Source material.
────
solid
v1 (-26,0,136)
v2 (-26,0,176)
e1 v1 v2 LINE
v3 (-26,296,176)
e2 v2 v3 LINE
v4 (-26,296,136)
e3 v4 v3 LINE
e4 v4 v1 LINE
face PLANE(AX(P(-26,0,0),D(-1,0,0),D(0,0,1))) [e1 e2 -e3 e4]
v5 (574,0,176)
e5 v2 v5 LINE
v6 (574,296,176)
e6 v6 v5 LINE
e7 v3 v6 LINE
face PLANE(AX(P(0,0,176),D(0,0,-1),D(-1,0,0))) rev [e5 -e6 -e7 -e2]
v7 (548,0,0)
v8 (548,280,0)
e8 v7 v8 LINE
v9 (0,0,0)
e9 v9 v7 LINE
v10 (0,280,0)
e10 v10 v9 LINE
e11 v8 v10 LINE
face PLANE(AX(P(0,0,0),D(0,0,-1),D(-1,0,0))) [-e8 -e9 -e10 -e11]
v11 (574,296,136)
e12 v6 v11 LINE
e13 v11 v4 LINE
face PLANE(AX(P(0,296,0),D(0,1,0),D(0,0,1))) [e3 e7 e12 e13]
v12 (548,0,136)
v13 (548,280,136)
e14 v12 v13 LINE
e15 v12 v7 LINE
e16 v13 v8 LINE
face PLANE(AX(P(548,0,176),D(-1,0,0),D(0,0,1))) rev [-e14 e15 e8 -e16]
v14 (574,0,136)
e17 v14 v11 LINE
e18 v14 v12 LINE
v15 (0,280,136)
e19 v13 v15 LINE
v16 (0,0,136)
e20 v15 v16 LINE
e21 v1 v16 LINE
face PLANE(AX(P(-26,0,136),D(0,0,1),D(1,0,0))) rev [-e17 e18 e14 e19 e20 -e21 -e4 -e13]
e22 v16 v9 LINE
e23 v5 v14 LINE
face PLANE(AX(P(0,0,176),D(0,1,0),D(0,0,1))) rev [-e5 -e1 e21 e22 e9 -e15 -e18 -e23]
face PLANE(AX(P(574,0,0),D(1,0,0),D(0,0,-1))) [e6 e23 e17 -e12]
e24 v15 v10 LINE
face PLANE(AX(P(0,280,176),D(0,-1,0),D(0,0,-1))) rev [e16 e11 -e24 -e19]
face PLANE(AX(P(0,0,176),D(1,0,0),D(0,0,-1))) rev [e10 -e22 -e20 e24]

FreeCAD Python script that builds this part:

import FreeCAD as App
import Part
import Sketcher
from FreeCAD import Vector


def add_polygon(sketch, points):
    """Adds a closed chain of lines whose ends are joined by coincident constraints."""
    first, n = sketch.GeometryCount, len(points)
    for a, b in zip(points, points[1:] + points[:1]):
        sketch.addGeometry(Part.LineSegment(App.Vector(*a, 0), App.Vector(*b, 0)), False)
    for i in range(n):
        sketch.addConstraint(Sketcher.Constraint("Coincident", first + i, 2, first + (i + 1) % n, 1))

doc = App.newDocument("Part")
params = doc.addObject("Spreadsheet::Sheet", "Params")
for row, (alias, value) in enumerate([
    ("sketch1_width", "548 mm"),
    ("sketch1_height", "280 mm"),
    ("pad1_length", "176 mm"),
    ("sketch2_width", "280 mm"),
    ("sketch2_height", "40 mm"),
    ("pad2_length", "26 mm"),
    ("sketch3_width", "280 mm"),
    ("sketch3_height", "40 mm"),
    ("pad3_length", "26 mm"),
    ("sketch4_width", "600 mm"),
    ("sketch4_height", "40 mm"),
    ("pad4_length", "16 mm"),
], start=1):
    params.set(f"A{row}", alias)
    params.set(f"B{row}", "=" + value)
    params.setAlias(f"B{row}", alias)

body = doc.addObject("PartDesign::Body", "Body")

sketch1 = doc.addObject("Sketcher::SketchObject", "Sketch")
body.addObject(sketch1)
sketch1.AttachmentSupport = (doc.XY_Plane, [""])
sketch1.MapMode = "FlatFace"
add_polygon(sketch1, [(0, 280), (0, 0), (548, 0), (548, 280)])
sketch1.addConstraint([
    Sketcher.Constraint("Vertical", 0),
    Sketcher.Constraint("Horizontal", 1),
    Sketcher.Constraint("Vertical", 2),
    Sketcher.Constraint("Horizontal", 3),
    Sketcher.Constraint("Coincident", 0, 2, -1, 1),
    Sketcher.Constraint("DistanceX", 1, 1, 1, 2, 548.0),
    Sketcher.Constraint("DistanceY", 0, 2, 0, 1, 280.0),
])
sketch1.setExpression("Constraints[9]", "Params.sketch1_width")
sketch1.setExpression("Constraints[10]", "Params.sketch1_height")
pad1 = doc.addObject("PartDesign::Pad", "Pad")
body.addObject(pad1)
pad1.Profile = sketch1
pad1.setExpression("Length", "Params.pad1_length")

sketch2 = doc.addObject("Sketcher::SketchObject", "Sketch001")
body.addObject(sketch2)
sketch2.AttachmentSupport = (doc.YZ_Plane, [""])
sketch2.MapMode = "FlatFace"
add_polygon(sketch2, [(280, 136), (0, 136), (0, 176), (280, 176)])
sketch2.addConstraint([
    Sketcher.Constraint("Horizontal", 0),
    Sketcher.Constraint("Vertical", 1),
    Sketcher.Constraint("Horizontal", 2),
    Sketcher.Constraint("Vertical", 3),
    Sketcher.Constraint("PointOnObject", 0, 2, -2),
    Sketcher.Constraint("DistanceX", 0, 2, 0, 1, 280.0),
    Sketcher.Constraint("DistanceY", 1, 1, 1, 2, 40.0),
    Sketcher.Constraint("DistanceY", -1, 1, 0, 2, 136.0),
])
sketch2.setExpression("Constraints[9]", "Params.sketch2_width")
sketch2.setExpression("Constraints[10]", "Params.sketch2_height")
pad2 = doc.addObject("PartDesign::Pad", "Pad001")
body.addObject(pad2)
pad2.Profile = sketch2
pad2.setExpression("Length", "Params.pad2_length")
pad2.Reversed = True

sketch3 = doc.addObject("Sketcher::SketchObject", "Sketch002")
body.addObject(sketch3)
sketch3.AttachmentSupport = (doc.YZ_Plane, [""])
sketch3.MapMode = "FlatFace"
sketch3.AttachmentOffset = App.Placement(Vector(0, 0, 548), App.Rotation())
add_polygon(sketch3, [(280, 176), (0, 176), (0, 136), (280, 136)])
sketch3.addConstraint([
    Sketcher.Constraint("Horizontal", 0),
    Sketcher.Constraint("Vertical", 1),
    Sketcher.Constraint("Horizontal", 2),
    Sketcher.Constraint("Vertical", 3),
    Sketcher.Constraint("PointOnObject", 0, 2, -2),
    Sketcher.Constraint("DistanceX", 0, 2, 0, 1, 280.0),
    Sketcher.Constraint("DistanceY", 1, 2, 1, 1, 40.0),
    Sketcher.Constraint("DistanceY", -1, 1, 0, 2, 176.0),
])
sketch3.setExpression("Constraints[9]", "Params.sketch3_width")
sketch3.setExpression("Constraints[10]", "Params.sketch3_height")
pad3 = doc.addObject("PartDesign::Pad", "Pad002")
body.addObject(pad3)
pad3.Profile = sketch3
pad3.setExpression("Length", "Params.pad3_length")

sketch4 = doc.addObject("Sketcher::SketchObject", "Sketch003")
body.addObject(sketch4)
sketch4.AttachmentSupport = (doc.XZ_Plane, [""])
sketch4.MapMode = "FlatFace"
sketch4.AttachmentOffset = App.Placement(Vector(0, 0, -280), App.Rotation())
add_polygon(sketch4, [(-26, 136), (-26, 176), (574, 176), (574, 136)])
sketch4.addConstraint([
    Sketcher.Constraint("Vertical", 0),
    Sketcher.Constraint("Horizontal", 1),
    Sketcher.Constraint("Vertical", 2),
    Sketcher.Constraint("Horizontal", 3),
    Sketcher.Constraint("DistanceX", 1, 1, 1, 2, 600.0),
    Sketcher.Constraint("DistanceY", 0, 1, 0, 2, 40.0),
    Sketcher.Constraint("DistanceX", 0, 2, -1, 1, 26.0),
    Sketcher.Constraint("DistanceY", -1, 1, 0, 2, 176.0),
])
sketch4.setExpression("Constraints[8]", "Params.sketch4_width")
sketch4.setExpression("Constraints[9]", "Params.sketch4_height")
pad4 = doc.addObject("PartDesign::Pad", "Pad003")
body.addObject(pad4)
pad4.Profile = sketch4
pad4.setExpression("Length", "Params.pad4_length")
pad4.Reversed = True

doc.recompute()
────
Give back, unchanged, the run of lines in the listing above that begins at the line containing "v14 (574,0,136)" and ends at the line containing "face PLANE(AX(P(574,0,0),D(1,0,0),D(0,0,-1))) [e6", both included.

v14 (574,0,136)
e17 v14 v11 LINE
e18 v14 v12 LINE
v15 (0,280,136)
e19 v13 v15 LINE
v16 (0,0,136)
e20 v15 v16 LINE
e21 v1 v16 LINE
face PLANE(AX(P(-26,0,136),D(0,0,1),D(1,0,0))) rev [-e17 e18 e14 e19 e20 -e21 -e4 -e13]
e22 v16 v9 LINE
e23 v5 v14 LINE
face PLANE(AX(P(0,0,176),D(0,1,0),D(0,0,1))) rev [-e5 -e1 e21 e22 e9 -e15 -e18 -e23]
face PLANE(AX(P(574,0,0),D(1,0,0),D(0,0,-1))) [e6 e23 e17 -e12]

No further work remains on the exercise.